Anecdotally, ICU doctors argue that patients with covid-19 tend to need a particularly high amount of sedation, which damages muscles and nerves, especially in the lungs. This damage can be permanent, further contributing to a patient's mental health.
Their lives will never look exactly the same as before. Being admitted to an ICU is one of those events before and after life, like having a child or watching a parent die
Megan Hosey, psychologist
As veterans of war
Patients connected to lung ventilators can end up adrift. Having hallucinations, getting confused about what is happening to them. It is common for them to form false memories, or to magnify small episodes. “They may remember that a nurse or doctor was trying to hurt them when they were performing a procedure to help them”Says Timothy Girard, associate professor of critical care medicine at the University of Pittsburgh Medical Center. It's no surprise, then, that so many ICU survivors continue to experience depression, anxiety, post-traumatic stress disorder, and other mental health problems.
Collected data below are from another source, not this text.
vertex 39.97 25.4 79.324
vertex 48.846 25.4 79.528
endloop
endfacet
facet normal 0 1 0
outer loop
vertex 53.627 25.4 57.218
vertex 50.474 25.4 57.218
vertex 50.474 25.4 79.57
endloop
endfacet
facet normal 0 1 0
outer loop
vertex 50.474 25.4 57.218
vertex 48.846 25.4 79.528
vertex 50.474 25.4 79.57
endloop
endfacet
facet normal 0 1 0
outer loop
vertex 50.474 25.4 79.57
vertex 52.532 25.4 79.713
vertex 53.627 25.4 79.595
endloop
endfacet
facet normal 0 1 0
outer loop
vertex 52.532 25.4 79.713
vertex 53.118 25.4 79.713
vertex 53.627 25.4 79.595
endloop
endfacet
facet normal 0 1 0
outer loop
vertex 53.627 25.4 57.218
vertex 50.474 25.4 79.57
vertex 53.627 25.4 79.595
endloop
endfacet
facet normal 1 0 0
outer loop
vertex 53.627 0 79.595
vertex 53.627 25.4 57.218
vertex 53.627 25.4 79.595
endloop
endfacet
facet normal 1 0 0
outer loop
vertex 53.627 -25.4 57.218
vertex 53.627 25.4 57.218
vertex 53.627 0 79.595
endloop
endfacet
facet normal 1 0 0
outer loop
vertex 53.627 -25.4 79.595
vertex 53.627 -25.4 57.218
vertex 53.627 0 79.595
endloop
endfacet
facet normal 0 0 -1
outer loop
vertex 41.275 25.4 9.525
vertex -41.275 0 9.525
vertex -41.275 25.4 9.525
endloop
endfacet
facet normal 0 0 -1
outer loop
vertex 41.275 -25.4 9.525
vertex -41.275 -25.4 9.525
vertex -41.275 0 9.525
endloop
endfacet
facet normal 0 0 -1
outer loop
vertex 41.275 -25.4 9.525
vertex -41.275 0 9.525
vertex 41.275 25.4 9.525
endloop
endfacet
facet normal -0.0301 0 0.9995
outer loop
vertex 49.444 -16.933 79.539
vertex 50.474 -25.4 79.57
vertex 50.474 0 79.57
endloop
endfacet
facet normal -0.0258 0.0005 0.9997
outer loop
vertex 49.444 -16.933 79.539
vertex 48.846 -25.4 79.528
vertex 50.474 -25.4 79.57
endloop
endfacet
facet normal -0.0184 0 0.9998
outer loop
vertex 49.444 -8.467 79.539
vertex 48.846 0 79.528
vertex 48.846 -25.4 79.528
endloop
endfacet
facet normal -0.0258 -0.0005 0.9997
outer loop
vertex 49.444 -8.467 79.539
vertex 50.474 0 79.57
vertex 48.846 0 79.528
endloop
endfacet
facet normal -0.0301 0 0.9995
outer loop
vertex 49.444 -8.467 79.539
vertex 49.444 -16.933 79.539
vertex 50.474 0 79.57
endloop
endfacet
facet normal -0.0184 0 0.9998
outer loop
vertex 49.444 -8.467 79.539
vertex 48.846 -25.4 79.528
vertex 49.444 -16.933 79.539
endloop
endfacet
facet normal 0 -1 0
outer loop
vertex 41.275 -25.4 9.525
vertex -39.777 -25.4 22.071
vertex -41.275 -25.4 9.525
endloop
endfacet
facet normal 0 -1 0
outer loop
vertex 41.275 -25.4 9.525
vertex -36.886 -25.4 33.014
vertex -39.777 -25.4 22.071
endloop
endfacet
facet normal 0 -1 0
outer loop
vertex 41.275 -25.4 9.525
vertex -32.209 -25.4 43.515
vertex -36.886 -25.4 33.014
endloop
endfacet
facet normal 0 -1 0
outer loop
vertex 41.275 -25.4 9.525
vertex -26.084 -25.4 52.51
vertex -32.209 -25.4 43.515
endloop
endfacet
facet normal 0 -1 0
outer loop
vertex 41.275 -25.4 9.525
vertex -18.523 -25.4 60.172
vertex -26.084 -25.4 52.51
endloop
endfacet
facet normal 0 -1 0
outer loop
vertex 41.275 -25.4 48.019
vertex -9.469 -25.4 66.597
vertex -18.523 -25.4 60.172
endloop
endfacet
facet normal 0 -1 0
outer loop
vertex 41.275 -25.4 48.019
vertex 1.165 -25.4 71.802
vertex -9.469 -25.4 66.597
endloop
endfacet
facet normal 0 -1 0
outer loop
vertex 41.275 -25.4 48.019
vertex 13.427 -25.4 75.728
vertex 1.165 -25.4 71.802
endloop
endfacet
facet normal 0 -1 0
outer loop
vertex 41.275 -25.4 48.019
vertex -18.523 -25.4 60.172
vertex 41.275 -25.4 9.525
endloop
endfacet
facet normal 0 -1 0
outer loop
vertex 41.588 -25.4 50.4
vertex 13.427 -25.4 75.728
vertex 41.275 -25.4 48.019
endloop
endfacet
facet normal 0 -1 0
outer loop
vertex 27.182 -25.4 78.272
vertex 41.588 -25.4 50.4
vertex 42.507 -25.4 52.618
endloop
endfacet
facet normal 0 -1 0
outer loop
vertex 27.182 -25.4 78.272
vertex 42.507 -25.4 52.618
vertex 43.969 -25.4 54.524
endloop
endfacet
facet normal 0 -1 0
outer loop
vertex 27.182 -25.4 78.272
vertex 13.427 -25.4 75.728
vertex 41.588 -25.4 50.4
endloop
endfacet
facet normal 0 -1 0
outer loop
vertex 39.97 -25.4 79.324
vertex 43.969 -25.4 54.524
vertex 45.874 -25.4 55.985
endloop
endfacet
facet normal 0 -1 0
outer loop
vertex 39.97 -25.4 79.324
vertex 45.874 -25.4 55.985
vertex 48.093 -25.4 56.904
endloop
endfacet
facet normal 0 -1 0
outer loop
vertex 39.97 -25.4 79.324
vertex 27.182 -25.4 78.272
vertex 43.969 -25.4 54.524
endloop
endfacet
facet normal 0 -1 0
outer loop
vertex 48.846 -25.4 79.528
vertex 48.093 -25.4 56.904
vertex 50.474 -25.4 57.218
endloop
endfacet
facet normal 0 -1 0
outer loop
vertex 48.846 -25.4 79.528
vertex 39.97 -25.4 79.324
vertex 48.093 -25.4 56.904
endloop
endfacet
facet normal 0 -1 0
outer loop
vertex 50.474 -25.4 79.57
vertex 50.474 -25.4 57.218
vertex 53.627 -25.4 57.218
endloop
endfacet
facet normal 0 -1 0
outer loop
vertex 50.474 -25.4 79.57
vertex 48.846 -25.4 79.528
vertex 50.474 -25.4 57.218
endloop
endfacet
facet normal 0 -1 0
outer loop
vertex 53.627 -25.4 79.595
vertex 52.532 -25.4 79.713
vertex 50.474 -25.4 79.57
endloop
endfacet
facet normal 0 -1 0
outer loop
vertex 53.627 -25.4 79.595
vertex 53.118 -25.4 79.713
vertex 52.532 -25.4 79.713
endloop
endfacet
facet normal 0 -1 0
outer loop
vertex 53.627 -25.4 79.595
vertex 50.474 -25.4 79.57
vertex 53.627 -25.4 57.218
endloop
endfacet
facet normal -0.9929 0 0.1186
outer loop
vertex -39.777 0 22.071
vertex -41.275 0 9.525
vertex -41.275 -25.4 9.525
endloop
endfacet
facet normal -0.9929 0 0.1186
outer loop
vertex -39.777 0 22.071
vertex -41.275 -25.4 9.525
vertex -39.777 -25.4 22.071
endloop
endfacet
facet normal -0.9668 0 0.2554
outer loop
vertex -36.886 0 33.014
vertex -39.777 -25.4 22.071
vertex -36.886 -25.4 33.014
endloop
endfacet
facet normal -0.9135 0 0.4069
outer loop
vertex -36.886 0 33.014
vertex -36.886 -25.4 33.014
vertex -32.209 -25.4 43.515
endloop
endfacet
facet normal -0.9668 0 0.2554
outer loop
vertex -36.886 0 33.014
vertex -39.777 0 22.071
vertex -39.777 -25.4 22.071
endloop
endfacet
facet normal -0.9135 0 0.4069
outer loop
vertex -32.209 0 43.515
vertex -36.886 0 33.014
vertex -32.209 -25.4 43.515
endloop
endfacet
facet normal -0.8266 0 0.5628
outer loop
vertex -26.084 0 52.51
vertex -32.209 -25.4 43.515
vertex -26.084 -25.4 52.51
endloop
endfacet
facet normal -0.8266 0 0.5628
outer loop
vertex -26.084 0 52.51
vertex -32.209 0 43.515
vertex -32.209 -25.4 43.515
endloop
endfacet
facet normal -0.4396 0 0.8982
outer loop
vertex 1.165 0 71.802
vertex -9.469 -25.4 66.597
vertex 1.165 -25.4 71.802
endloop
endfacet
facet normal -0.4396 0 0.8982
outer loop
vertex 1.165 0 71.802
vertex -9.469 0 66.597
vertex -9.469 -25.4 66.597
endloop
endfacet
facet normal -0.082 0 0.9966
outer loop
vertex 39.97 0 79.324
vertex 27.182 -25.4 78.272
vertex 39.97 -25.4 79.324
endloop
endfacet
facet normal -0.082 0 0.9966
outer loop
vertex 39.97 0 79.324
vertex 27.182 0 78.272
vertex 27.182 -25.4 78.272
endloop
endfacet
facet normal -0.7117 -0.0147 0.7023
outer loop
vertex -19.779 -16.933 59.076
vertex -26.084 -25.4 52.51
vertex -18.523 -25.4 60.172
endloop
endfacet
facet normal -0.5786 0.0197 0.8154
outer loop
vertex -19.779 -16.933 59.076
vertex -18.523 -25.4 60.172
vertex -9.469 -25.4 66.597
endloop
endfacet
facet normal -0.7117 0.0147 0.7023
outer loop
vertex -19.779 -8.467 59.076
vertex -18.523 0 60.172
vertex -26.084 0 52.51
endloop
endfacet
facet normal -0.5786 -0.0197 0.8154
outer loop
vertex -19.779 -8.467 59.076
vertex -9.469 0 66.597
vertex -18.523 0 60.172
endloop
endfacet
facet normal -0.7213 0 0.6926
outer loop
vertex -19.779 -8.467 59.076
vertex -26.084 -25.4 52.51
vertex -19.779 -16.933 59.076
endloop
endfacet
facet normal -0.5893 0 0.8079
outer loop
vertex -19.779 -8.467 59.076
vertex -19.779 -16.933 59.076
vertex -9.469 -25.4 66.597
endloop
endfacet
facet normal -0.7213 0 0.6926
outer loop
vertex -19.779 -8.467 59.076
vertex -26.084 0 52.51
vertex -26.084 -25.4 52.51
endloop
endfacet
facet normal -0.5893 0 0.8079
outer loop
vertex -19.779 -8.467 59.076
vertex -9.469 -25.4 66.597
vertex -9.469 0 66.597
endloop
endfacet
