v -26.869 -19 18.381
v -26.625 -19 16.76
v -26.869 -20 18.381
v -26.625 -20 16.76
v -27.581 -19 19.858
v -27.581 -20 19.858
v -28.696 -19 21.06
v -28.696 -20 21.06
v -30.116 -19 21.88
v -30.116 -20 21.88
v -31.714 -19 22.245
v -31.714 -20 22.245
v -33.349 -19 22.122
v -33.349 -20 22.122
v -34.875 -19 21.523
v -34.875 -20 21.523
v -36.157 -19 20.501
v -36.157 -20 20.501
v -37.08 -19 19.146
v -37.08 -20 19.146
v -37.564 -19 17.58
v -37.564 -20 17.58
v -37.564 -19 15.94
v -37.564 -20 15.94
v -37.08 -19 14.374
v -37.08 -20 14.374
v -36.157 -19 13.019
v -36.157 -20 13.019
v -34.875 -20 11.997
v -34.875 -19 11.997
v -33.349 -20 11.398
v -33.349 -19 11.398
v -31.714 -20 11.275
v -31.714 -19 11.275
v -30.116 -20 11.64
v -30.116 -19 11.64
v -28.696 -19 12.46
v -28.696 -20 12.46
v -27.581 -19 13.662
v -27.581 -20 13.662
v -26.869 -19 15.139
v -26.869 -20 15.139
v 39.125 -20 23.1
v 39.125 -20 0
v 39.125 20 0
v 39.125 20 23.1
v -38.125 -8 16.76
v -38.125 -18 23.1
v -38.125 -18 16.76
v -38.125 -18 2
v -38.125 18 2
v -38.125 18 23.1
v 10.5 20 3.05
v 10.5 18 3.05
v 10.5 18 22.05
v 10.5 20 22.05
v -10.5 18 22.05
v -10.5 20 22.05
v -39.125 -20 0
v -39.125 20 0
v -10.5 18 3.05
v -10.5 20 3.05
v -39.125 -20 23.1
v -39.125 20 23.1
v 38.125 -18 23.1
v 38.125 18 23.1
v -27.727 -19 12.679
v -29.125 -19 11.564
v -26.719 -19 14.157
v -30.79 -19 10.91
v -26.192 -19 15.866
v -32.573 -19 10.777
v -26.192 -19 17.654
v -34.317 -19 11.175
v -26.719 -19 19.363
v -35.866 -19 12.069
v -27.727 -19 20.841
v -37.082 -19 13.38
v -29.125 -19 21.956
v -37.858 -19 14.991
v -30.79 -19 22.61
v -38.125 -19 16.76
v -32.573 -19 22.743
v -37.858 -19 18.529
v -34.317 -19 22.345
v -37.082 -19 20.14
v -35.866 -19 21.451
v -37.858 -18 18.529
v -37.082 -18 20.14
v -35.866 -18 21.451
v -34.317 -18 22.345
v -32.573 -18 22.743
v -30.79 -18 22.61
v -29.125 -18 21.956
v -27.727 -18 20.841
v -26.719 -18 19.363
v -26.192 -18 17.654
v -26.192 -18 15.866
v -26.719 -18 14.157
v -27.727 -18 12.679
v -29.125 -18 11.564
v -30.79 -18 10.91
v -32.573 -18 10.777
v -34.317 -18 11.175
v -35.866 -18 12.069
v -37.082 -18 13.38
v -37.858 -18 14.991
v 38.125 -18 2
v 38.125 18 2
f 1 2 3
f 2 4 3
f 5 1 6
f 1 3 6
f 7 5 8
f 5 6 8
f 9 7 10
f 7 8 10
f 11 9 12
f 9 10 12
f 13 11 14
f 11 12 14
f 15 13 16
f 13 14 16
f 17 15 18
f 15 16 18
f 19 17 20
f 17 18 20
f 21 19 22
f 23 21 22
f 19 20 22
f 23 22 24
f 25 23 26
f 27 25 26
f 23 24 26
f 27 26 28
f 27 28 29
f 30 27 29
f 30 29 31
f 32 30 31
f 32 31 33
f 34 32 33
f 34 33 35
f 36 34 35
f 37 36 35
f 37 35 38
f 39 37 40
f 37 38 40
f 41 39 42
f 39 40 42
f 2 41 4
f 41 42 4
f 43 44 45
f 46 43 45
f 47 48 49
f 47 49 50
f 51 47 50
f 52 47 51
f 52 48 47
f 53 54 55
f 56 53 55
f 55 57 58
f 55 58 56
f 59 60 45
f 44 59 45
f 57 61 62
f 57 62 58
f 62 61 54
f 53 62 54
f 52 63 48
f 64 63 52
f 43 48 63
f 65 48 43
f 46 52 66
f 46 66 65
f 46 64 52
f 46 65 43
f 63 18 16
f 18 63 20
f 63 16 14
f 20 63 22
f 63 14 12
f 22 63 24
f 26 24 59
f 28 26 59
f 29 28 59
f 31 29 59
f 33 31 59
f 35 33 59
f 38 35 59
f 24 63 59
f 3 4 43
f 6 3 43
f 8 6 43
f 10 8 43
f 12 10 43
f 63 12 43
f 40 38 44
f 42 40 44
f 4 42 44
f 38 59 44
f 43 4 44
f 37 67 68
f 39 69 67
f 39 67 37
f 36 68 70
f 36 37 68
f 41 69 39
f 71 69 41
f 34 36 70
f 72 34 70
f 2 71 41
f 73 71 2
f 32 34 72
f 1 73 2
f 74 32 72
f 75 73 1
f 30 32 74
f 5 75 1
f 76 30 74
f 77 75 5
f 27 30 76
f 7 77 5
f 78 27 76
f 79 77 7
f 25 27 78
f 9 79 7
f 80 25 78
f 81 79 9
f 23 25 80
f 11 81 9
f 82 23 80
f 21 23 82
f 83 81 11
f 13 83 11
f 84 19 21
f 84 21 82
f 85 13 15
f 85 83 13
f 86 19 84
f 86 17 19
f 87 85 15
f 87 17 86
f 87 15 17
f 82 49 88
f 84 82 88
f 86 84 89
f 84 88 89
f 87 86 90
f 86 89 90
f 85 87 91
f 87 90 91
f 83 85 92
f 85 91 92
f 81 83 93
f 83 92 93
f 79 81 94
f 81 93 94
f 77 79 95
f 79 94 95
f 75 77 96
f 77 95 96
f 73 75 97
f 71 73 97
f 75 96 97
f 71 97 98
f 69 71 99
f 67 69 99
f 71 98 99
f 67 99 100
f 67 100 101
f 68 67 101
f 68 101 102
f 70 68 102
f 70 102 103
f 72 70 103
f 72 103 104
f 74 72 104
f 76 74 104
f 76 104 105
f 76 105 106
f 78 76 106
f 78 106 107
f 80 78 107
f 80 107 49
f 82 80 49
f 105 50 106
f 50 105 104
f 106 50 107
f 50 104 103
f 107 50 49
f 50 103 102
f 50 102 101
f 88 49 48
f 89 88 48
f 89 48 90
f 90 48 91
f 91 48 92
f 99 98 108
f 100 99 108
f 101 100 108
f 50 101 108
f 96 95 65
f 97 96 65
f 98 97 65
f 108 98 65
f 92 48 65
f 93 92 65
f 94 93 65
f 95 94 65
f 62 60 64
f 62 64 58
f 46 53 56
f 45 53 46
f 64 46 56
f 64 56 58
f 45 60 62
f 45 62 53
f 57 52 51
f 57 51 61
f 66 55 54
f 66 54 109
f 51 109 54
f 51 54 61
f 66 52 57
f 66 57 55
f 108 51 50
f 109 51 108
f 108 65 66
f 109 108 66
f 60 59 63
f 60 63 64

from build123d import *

# Parameters (mm, degrees)
F0_W           = 78.25
F0_H           = 40
F1_DEPTH       = 23.1
F2_W           = 76.25
F2_H           = 36
F3_DEPTH       = 21.1
F5_D           = 11
F5_DEPTH       = 10
F5_CBORE_D     = 12
F5_CBORE_DEPTH = 1
F7_W           = 21
F7_H           = 19
F8_DEPTH       = 25.4
F8_DEPTH_BACK  = 25.4


with BuildPart() as f1:
    # F0 (on Top) → F1 (new body)
    with BuildSketch(Plane.XY):
        Rectangle(F0_W, F0_H)
    extrude(amount=F1_DEPTH)

    # F2 (on face) → F3 (cut)
    with BuildSketch(Plane.XY.offset(23.1)):
        Rectangle(F2_W, F2_H)
    extrude(amount=-F3_DEPTH, mode=Mode.SUBTRACT)

    # F5
    with Locations(Plane(origin=(0, -18, 0), x_dir=(-1, 0, 0), z_dir=(0, 1, 0))):
        with Locations((32.125, 16.76)):
            CounterBoreHole(F5_D / 2, F5_CBORE_D / 2, F5_CBORE_DEPTH, depth=F5_DEPTH)

    # F7 (on face) → F8 (cut, two sides)
    with BuildSketch(Plane.XZ.offset(-18)) as f8_sk:
        with Locations((0, 12.55)):
            Rectangle(F7_W, F7_H)
    extrude(amount=-F8_DEPTH, mode=Mode.SUBTRACT)
    extrude(f8_sk.sketch, amount=-F8_DEPTH_BACK, mode=Mode.SUBTRACT)


solid = f1.part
Uno studio of 2018 in the UK among nearly 5.000 intensive care survivors found that more than half had developed at least one of these conditions a year after leaving hospital.
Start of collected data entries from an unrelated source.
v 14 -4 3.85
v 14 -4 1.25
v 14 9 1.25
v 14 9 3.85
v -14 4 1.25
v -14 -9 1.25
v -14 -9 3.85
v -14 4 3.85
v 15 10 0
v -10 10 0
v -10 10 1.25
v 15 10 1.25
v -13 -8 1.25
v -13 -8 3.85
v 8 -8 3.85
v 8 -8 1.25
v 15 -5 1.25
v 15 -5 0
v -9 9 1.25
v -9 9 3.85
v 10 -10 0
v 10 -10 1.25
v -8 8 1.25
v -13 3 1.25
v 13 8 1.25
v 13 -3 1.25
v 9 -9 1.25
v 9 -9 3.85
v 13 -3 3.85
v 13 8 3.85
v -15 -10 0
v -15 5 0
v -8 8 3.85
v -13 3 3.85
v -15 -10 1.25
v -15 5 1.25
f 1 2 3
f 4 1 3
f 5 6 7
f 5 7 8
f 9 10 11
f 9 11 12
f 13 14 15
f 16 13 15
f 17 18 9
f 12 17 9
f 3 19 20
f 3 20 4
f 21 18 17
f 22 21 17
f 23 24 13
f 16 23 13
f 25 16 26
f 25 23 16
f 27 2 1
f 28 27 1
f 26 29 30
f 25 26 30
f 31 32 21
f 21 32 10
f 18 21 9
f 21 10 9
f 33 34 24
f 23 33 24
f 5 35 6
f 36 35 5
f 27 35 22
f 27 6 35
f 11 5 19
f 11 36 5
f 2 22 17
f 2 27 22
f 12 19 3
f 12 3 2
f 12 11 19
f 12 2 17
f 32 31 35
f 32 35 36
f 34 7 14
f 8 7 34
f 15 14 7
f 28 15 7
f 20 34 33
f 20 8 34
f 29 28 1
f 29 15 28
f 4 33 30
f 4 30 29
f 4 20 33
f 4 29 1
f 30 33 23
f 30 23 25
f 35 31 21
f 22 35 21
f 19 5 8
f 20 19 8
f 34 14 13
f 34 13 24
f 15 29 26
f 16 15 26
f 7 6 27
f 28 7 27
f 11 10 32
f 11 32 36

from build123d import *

# Parameters (mm, degrees)
F0_W     = 30
F0_H     = 20
F1_DEPTH = 1.25
F2_W     = 28
F2_H     = 18
F3_DEPTH = 2.6
F4_W     = 26
F4_H     = 16
F5_DEPTH = 2.6
F6_SIZE  = 5
F7_SIZE  = 5


with BuildPart() as f1:
    # F0 (on Top) → F1 (new body)
    with BuildSketch(Plane.XY):
        Rectangle(F0_W, F0_H)
    extrude(amount=F1_DEPTH)

    # F2 (on face) → F3 (join)
    with BuildSketch(Plane.XY.offset(1.25)):
        Rectangle(F2_W, F2_H)
    extrude(amount=F3_DEPTH)

    # F4 (on face) → F5 (cut)
    with BuildSketch(Plane.XY.offset(3.85)):
        Rectangle(F4_W, F4_H)
    extrude(amount=-F5_DEPTH, mode=Mode.SUBTRACT)

    # F6
    f6_edges = [f1.edges().sort_by_distance(p)[0] for p in [
        (-13, 8, 2.55),
        (13, -8, 2.55),
        (-14, 9, 2.55),
        (14, -9, 2.55),
    ]]
    chamfer(f6_edges, length=F6_SIZE)

    # F7
    f7_edges = [f1.edges().sort_by_distance(p)[0] for p in [
        (15, -10, 0.625),
        (-15, 10, 0.625),
    ]]
    chamfer(f7_edges, length=F7_SIZE)


solid = f1.part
A 2014 meta-analysis brought this figure closer to a fifth. Anyway, “The research is clear that some people who have been hospitalized will develop post-traumatic stress disorder”, he claims Antonis Kousoulis, director of research at the Mental Health Foundation, a non-profit organization in the United Kingdom.
How many will be sick?
It is too early to know whether people who survive hospitalization with coronavirus will experience similar rates of mental illness. Some will be interested more than others. Multiple studies suggest that heavily sedated ICU patients, especially with high doses of benzodiazepines, are more likely to develop mental health problems.
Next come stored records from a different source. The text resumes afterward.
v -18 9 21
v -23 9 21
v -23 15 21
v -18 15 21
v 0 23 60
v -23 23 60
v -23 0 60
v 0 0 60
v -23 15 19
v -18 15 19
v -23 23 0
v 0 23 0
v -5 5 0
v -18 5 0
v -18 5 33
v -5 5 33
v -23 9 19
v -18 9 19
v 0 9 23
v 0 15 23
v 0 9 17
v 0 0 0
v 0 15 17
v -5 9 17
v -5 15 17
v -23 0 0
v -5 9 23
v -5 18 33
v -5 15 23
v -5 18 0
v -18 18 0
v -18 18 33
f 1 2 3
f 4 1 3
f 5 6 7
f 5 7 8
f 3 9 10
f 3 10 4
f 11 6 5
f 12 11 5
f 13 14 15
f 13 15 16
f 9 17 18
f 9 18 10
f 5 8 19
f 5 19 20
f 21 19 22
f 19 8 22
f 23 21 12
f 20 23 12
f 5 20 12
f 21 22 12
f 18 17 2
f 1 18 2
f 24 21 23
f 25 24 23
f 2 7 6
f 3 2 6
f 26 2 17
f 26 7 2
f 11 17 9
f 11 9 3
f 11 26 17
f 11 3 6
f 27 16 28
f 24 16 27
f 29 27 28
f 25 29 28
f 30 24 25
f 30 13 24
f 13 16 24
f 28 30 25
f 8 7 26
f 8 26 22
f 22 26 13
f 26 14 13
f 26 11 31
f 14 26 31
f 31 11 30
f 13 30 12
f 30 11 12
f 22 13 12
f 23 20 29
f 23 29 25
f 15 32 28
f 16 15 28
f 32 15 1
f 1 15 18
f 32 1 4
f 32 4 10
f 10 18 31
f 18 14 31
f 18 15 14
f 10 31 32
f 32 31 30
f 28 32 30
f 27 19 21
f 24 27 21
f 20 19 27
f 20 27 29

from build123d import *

# Parameters (mm, degrees)
SKETCH_3_W          = 23
SKETCH_3_H          = 23
SKETCH_3_W_2        = 13
SKETCH_3_H_2        = 13
EXTRUDE_1_DEPTH     = 33
SKETCH_6_W          = 23
SKETCH_6_H          = 23
EXTRUDE_3_DEPTH     = 27
SKETCH_9_W          = 6
SKETCH_9_H          = 6
EXTRUDE_5_DEPTH     = 5
SKETCH_9_2_W        = 6
SKETCH_9_2_H        = 6
CUT_EXTRUDE_3_DEPTH = 5
SKETCH_10_W         = 2
SKETCH_10_H         = 6
CUT_EXTRUDE_4_DEPTH = 5


with BuildPart() as part:
    # 草图3 → 凸台-拉伸1 (new body)
    with BuildSketch(Plane.XY):
        with Locations((-11.5, 11.5)):
            Rectangle(SKETCH_3_W, SKETCH_3_H)
        with Locations((-11.5, 11.5)):
            Rectangle(SKETCH_3_W_2, SKETCH_3_H_2, mode=Mode.SUBTRACT)
    extrude(amount=EXTRUDE_1_DEPTH)

    # 草图6 → 凸台-拉伸3 (add)
    with BuildSketch(Plane.XY.offset(33)):
        with Locations((-11.5, 11.5)):
            Rectangle(SKETCH_6_W, SKETCH_6_H)
    extrude(amount=EXTRUDE_3_DEPTH)

    # 草图9 → 凸台-拉伸5 (add)
    with BuildSketch(Plane(origin=(0, 0, 0), x_dir=(0, 0, -1), z_dir=(1, 0, 0))):
        with Locations((-20, 12)):
            Rectangle(SKETCH_9_W, SKETCH_9_H)
    extrude(amount=-EXTRUDE_5_DEPTH)

    # 草图9<2> → 切除-拉伸3 (cut)
    with BuildSketch(Plane(origin=(0, 0, 0), x_dir=(0, 0, -1), z_dir=(1, 0, 0))):
        with Locations((-20, 12)):
            Rectangle(SKETCH_9_2_W, SKETCH_9_2_H)
    extrude(amount=-CUT_EXTRUDE_3_DEPTH, mode=Mode.SUBTRACT)

    # 草图10 → 切除-拉伸4 (cut)
    with BuildSketch(Plane.ZY.offset(23)):
        with Locations((20, 12)):
            Rectangle(SKETCH_10_W, SKETCH_10_H)
    extrude(amount=-CUT_EXTRUDE_4_DEPTH, mode=Mode.SUBTRACT)


solid = part.part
Prepare to take care of mental health in the post coronavirus too
Psychologist Elizabeth Woodward is certain of this. “It will be traumatic for many, but everyone responds differently. Some will develop disorders, others will not.” However, the first research work on this topic, conducted in China and published in Psychological Medicine, suggests that we need to prepare for a tsunami on survivors' mental health. Both those who fell ill and those subjected to the "simple" lockdown.
For the latter, in particular, there are problems even for those who already have ailments and have had to "compress" them at home. “In some cases, those with a disorder can find relief by suspending their relationship with the outside world. A sort of limbo in which daily relationships are postponed indefinitely. For them, paradoxically, it is the resumption of daily life that represents an amplifier of these problems, which become magnified again", he explains Lucy Emperor, psychologist and psychotherapist.
Specifically, however, for those who have been ill the researchers found that the 92% of the 714 patients examined presented “significant symptoms of post-traumatic stress”.
Disclaimer: There is certainly a difference between symptoms and a diagnosable condition. It is very common for people to experience intrusive thoughts, flashbacks, and nightmares after a traumatic incident. It is when those symptoms are repeated for months that we speak of post traumatic stress syndrome. And the risk is that precisely this will develop.
Coronavirus and mental health: we can react
Ensure that those discharged from the ICU have ready access to medication and psychological therapies. Healthcare workers can also keep an "intensive care diary" while patients are on the ward, listing everything that happened to them and when. It can be a tool that helps them make sense of their experience in the following months.
Interventions require education, organization and money
It's a gigantic effort for already overwhelmed health systems. However, the cost of doing nothing would be much greater. There were World War II veterans who were close to death decades later and still woke up screaming because they never talked about what they had experienced.